[Extracted data entries]
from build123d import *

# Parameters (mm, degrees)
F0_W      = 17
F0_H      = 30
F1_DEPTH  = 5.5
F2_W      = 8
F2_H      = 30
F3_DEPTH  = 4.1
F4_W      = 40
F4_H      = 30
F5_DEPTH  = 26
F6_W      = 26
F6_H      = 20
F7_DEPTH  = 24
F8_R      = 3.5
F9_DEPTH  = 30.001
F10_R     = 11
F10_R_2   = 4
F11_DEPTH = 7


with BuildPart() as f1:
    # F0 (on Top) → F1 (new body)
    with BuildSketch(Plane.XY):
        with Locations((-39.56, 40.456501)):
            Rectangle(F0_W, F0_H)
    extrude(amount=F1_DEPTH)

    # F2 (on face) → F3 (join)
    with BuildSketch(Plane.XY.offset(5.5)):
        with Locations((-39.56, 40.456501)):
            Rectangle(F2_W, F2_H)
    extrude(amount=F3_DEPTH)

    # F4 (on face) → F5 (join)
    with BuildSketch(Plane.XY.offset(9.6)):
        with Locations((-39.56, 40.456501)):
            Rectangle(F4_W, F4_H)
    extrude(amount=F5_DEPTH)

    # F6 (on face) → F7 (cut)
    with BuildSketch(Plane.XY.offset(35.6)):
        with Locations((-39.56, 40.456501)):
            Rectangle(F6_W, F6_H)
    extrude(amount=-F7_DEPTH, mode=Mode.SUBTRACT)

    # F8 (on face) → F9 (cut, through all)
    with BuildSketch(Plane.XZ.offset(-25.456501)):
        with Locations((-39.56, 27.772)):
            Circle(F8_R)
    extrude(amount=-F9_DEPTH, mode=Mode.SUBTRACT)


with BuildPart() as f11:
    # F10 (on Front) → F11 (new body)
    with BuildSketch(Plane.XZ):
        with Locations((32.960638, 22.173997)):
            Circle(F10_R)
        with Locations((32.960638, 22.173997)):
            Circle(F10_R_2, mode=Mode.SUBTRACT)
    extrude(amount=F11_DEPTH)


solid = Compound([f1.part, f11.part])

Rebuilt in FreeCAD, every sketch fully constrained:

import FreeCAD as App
import Part
import Sketcher
Q = App.Units.Quantity

doc = App.newDocument("Part")
body = doc.addObject("PartDesign::Body", "Body")

# Sketch on XY plane
sketch1 = body.newObject("Sketcher::SketchObject", "Sketch")
sketch1.AttachmentSupport = (doc.getObject("XY_Plane"), [""])
sketch1.MapMode = "FlatFace"
sketch1.addGeometry(Part.LineSegment(App.Vector(-48, 55, 0), App.Vector(-48, 25, 0)), False)
sketch1.addGeometry(Part.LineSegment(App.Vector(-48, 25, 0), App.Vector(-31, 25, 0)), False)
sketch1.addGeometry(Part.LineSegment(App.Vector(-31, 25, 0), App.Vector(-31, 55, 0)), False)
sketch1.addGeometry(Part.LineSegment(App.Vector(-31, 55, 0), App.Vector(-48, 55, 0)), False)
sketch1.addConstraint(Sketcher.Constraint("Coincident", 0, 2, 1, 1))
sketch1.addConstraint(Sketcher.Constraint("Coincident", 1, 2, 2, 1))
sketch1.addConstraint(Sketcher.Constraint("Coincident", 2, 2, 3, 1))
sketch1.addConstraint(Sketcher.Constraint("Coincident", 3, 2, 0, 1))
sketch1.addConstraint(Sketcher.Constraint("Vertical", 0))
sketch1.addConstraint(Sketcher.Constraint("Horizontal", 1))
sketch1.addConstraint(Sketcher.Constraint("Vertical", 2))
sketch1.addConstraint(Sketcher.Constraint("Horizontal", 3))
sketch1.addConstraint(Sketcher.Constraint("DistanceX", 1, 1, 1, 2, Q("17 mm")))
sketch1.addConstraint(Sketcher.Constraint("DistanceY", 0, 2, 0, 1, Q("30 mm")))
sketch1.addConstraint(Sketcher.Constraint("DistanceX", 0, 2, -1, 1, Q("48.06 mm")))
sketch1.addConstraint(Sketcher.Constraint("DistanceY", -1, 1, 0, 2, Q("25.456501 mm")))
pad1 = body.newObject("PartDesign::Pad", "Pad")
pad1.Profile = sketch1
pad1.Length = 5.5

# Sketch on XY plane
sketch2 = body.newObject("Sketcher::SketchObject", "Sketch001")
sketch2.AttachmentSupport = (doc.getObject("XY_Plane"), [""])
sketch2.MapMode = "FlatFace"
sketch2.AttachmentOffset = App.Placement(App.Vector(0, 0, 5.5), App.Rotation())
sketch2.addGeometry(Part.LineSegment(App.Vector(-44, 55, 0), App.Vector(-44, 25, 0)), False)
sketch2.addGeometry(Part.LineSegment(App.Vector(-44, 25, 0), App.Vector(-36, 25, 0)), False)
sketch2.addGeometry(Part.LineSegment(App.Vector(-36, 25, 0), App.Vector(-36, 55, 0)), False)
sketch2.addGeometry(Part.LineSegment(App.Vector(-36, 55, 0), App.Vector(-44, 55, 0)), False)
sketch2.addConstraint(Sketcher.Constraint("Coincident", 0, 2, 1, 1))
sketch2.addConstraint(Sketcher.Constraint("Coincident", 1, 2, 2, 1))
sketch2.addConstraint(Sketcher.Constraint("Coincident", 2, 2, 3, 1))
sketch2.addConstraint(Sketcher.Constraint("Coincident", 3, 2, 0, 1))
sketch2.addConstraint(Sketcher.Constraint("Vertical", 0))
sketch2.addConstraint(Sketcher.Constraint("Horizontal", 1))
sketch2.addConstraint(Sketcher.Constraint("Vertical", 2))
sketch2.addConstraint(Sketcher.Constraint("Horizontal", 3))
sketch2.addConstraint(Sketcher.Constraint("DistanceX", 1, 1, 1, 2, Q("8 mm")))
sketch2.addConstraint(Sketcher.Constraint("DistanceY", 0, 2, 0, 1, Q("30 mm")))
sketch2.addConstraint(Sketcher.Constraint("DistanceX", 0, 2, -1, 1, Q("43.56 mm")))
sketch2.addConstraint(Sketcher.Constraint("DistanceY", -1, 1, 0, 2, Q("25.456501 mm")))
pad2 = body.newObject("PartDesign::Pad", "Pad001")
pad2.Profile = sketch2
pad2.Length = 4.1

# Sketch on XY plane
sketch3 = body.newObject("Sketcher::SketchObject", "Sketch002")
sketch3.AttachmentSupport = (doc.getObject("XY_Plane"), [""])
sketch3.MapMode = "FlatFace"
sketch3.AttachmentOffset = App.Placement(App.Vector(0, 0, 9.6), App.Rotation())
sketch3.addGeometry(Part.LineSegment(App.Vector(-60, 55, 0), App.Vector(-60, 25, 0)), False)
sketch3.addGeometry(Part.LineSegment(App.Vector(-60, 25, 0), App.Vector(-20, 25, 0)), False)
sketch3.addGeometry(Part.LineSegment(App.Vector(-20, 25, 0), App.Vector(-20, 55, 0)), False)
sketch3.addGeometry(Part.LineSegment(App.Vector(-20, 55, 0), App.Vector(-60, 55, 0)), False)
sketch3.addConstraint(Sketcher.Constraint("Coincident", 0, 2, 1, 1))
sketch3.addConstraint(Sketcher.Constraint("Coincident", 1, 2, 2, 1))
sketch3.addConstraint(Sketcher.Constraint("Coincident", 2, 2, 3, 1))
sketch3.addConstraint(Sketcher.Constraint("Coincident", 3, 2, 0, 1))
sketch3.addConstraint(Sketcher.Constraint("Vertical", 0))
sketch3.addConstraint(Sketcher.Constraint("Horizontal", 1))
sketch3.addConstraint(Sketcher.Constraint("Vertical", 2))
sketch3.addConstraint(Sketcher.Constraint("Horizontal", 3))
sketch3.addConstraint(Sketcher.Constraint("DistanceX", 1, 1, 1, 2, Q("40 mm")))
sketch3.addConstraint(Sketcher.Constraint("DistanceY", 0, 2, 0, 1, Q("30 mm")))
sketch3.addConstraint(Sketcher.Constraint("DistanceX", 0, 2, -1, 1, Q("59.56 mm")))
sketch3.addConstraint(Sketcher.Constraint("DistanceY", -1, 1, 0, 2, Q("25.456501 mm")))
pad3 = body.newObject("PartDesign::Pad", "Pad002")
pad3.Profile = sketch3
pad3.Length = 26

# Sketch on XY plane
sketch4 = body.newObject("Sketcher::SketchObject", "Sketch003")
sketch4.AttachmentSupport = (doc.getObject("XY_Plane"), [""])
sketch4.MapMode = "FlatFace"
sketch4.AttachmentOffset = App.Placement(App.Vector(0, 0, 35.6), App.Rotation())
sketch4.addGeometry(Part.LineSegment(App.Vector(-53, 50, 0), App.Vector(-53, 30, 0)), False)
sketch4.addGeometry(Part.LineSegment(App.Vector(-53, 30, 0), App.Vector(-27, 30, 0)), False)
sketch4.addGeometry(Part.LineSegment(App.Vector(-27, 30, 0), App.Vector(-27, 50, 0)), False)
sketch4.addGeometry(Part.LineSegment(App.Vector(-27, 50, 0), App.Vector(-53, 50, 0)), False)
sketch4.addConstraint(Sketcher.Constraint("Coincident", 0, 2, 1, 1))
sketch4.addConstraint(Sketcher.Constraint("Coincident", 1, 2, 2, 1))
sketch4.addConstraint(Sketcher.Constraint("Coincident", 2, 2, 3, 1))
sketch4.addConstraint(Sketcher.Constraint("Coincident", 3, 2, 0, 1))
sketch4.addConstraint(Sketcher.Constraint("Vertical", 0))
sketch4.addConstraint(Sketcher.Constraint("Horizontal", 1))
sketch4.addConstraint(Sketcher.Constraint("Vertical", 2))
sketch4.addConstraint(Sketcher.Constraint("Horizontal", 3))
sketch4.addConstraint(Sketcher.Constraint("DistanceX", 1, 1, 1, 2, Q("26 mm")))
sketch4.addConstraint(Sketcher.Constraint("DistanceY", 0, 2, 0, 1, Q("20 mm")))
sketch4.addConstraint(Sketcher.Constraint("DistanceX", 0, 2, -1, 1, Q("52.56 mm")))
sketch4.addConstraint(Sketcher.Constraint("DistanceY", -1, 1, 0, 2, Q("30.456501 mm")))
pocket1 = body.newObject("PartDesign::Pocket", "Pocket")
pocket1.Profile = sketch4
pocket1.Length = 24

# Sketch on XZ plane
sketch5 = body.newObject("Sketcher::SketchObject", "Sketch004")
sketch5.AttachmentSupport = (doc.getObject("XZ_Plane"), [""])
sketch5.MapMode = "FlatFace"
sketch5.AttachmentOffset = App.Placement(App.Vector(0, 0, -25.456501), App.Rotation())
sketch5.addGeometry(Part.Circle(App.Vector(-39.6, 27.8, 0), App.Vector(0, 0, 1), 3.5), False)
sketch5.addConstraint(Sketcher.Constraint("Diameter", 0, Q("7 mm")))
sketch5.addConstraint(Sketcher.Constraint("DistanceX", 0, 3, -1, 1, Q("39.56 mm")))
sketch5.addConstraint(Sketcher.Constraint("DistanceY", -1, 1, 0, 3, Q("27.772 mm")))
pocket2 = body.newObject("PartDesign::Pocket", "Pocket001")
pocket2.Profile = sketch5
pocket2.Type = "ThroughAll"
body2 = doc.addObject("PartDesign::Body", "Body001")

# Sketch on XZ plane
sketch6 = body2.newObject("Sketcher::SketchObject", "Sketch005")
sketch6.AttachmentSupport = (doc.getObject("XZ_Plane001"), [""])
sketch6.MapMode = "FlatFace"
sketch6.addGeometry(Part.Circle(App.Vector(33, 22.2, 0), App.Vector(0, 0, 1), 11), False)
sketch6.addGeometry(Part.Circle(App.Vector(33, 22.2, 0), App.Vector(0, 0, 1), 4), False)
sketch6.addConstraint(Sketcher.Constraint("Coincident", 1, 3, 0, 3))
sketch6.addConstraint(Sketcher.Constraint("Diameter", 0, Q("22 mm")))
sketch6.addConstraint(Sketcher.Constraint("Diameter", 1, Q("8 mm")))
sketch6.addConstraint(Sketcher.Constraint("DistanceX", -1, 1, 0, 3, Q("32.960638 mm")))
sketch6.addConstraint(Sketcher.Constraint("DistanceY", -1, 1, 0, 3, Q("22.173997 mm")))
pad4 = body2.newObject("PartDesign::Pad", "Pad003")
pad4.Profile = sketch6
pad4.Length = 7

doc.recompute()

◆ **EXERCISE INSTRUCTIONS**: Could you return exactly the stretch of the data above that starts at the line with "F11_DEPTH = 7" and ends at the line with "Circle(F10_R)", both lines included?

◆ **SOLVED EXERCISE**:
F11_DEPTH = 7


with BuildPart() as f1:
    # F0 (on Top) → F1 (new body)
    with BuildSketch(Plane.XY):
        with Locations((-39.56, 40.456501)):
            Rectangle(F0_W, F0_H)
    extrude(amount=F1_DEPTH)

    # F2 (on face) → F3 (join)
    with BuildSketch(Plane.XY.offset(5.5)):
        with Locations((-39.56, 40.456501)):
            Rectangle(F2_W, F2_H)
    extrude(amount=F3_DEPTH)

    # F4 (on face) → F5 (join)
    with BuildSketch(Plane.XY.offset(9.6)):
        with Locations((-39.56, 40.456501)):
            Rectangle(F4_W, F4_H)
    extrude(amount=F5_DEPTH)

    # F6 (on face) → F7 (cut)
    with BuildSketch(Plane.XY.offset(35.6)):
        with Locations((-39.56, 40.456501)):
            Rectangle(F6_W, F6_H)
    extrude(amount=-F7_DEPTH, mode=Mode.SUBTRACT)

    # F8 (on face) → F9 (cut, through all)
    with BuildSketch(Plane.XZ.offset(-25.456501)):
        with Locations((-39.56, 27.772)):
            Circle(F8_R)
    extrude(amount=-F9_DEPTH, mode=Mode.SUBTRACT)


with BuildPart() as f11:
    # F10 (on Front) → F11 (new body)
    with BuildSketch(Plane.XZ):
        with Locations((32.960638, 22.173997)):
            Circle(F10_R)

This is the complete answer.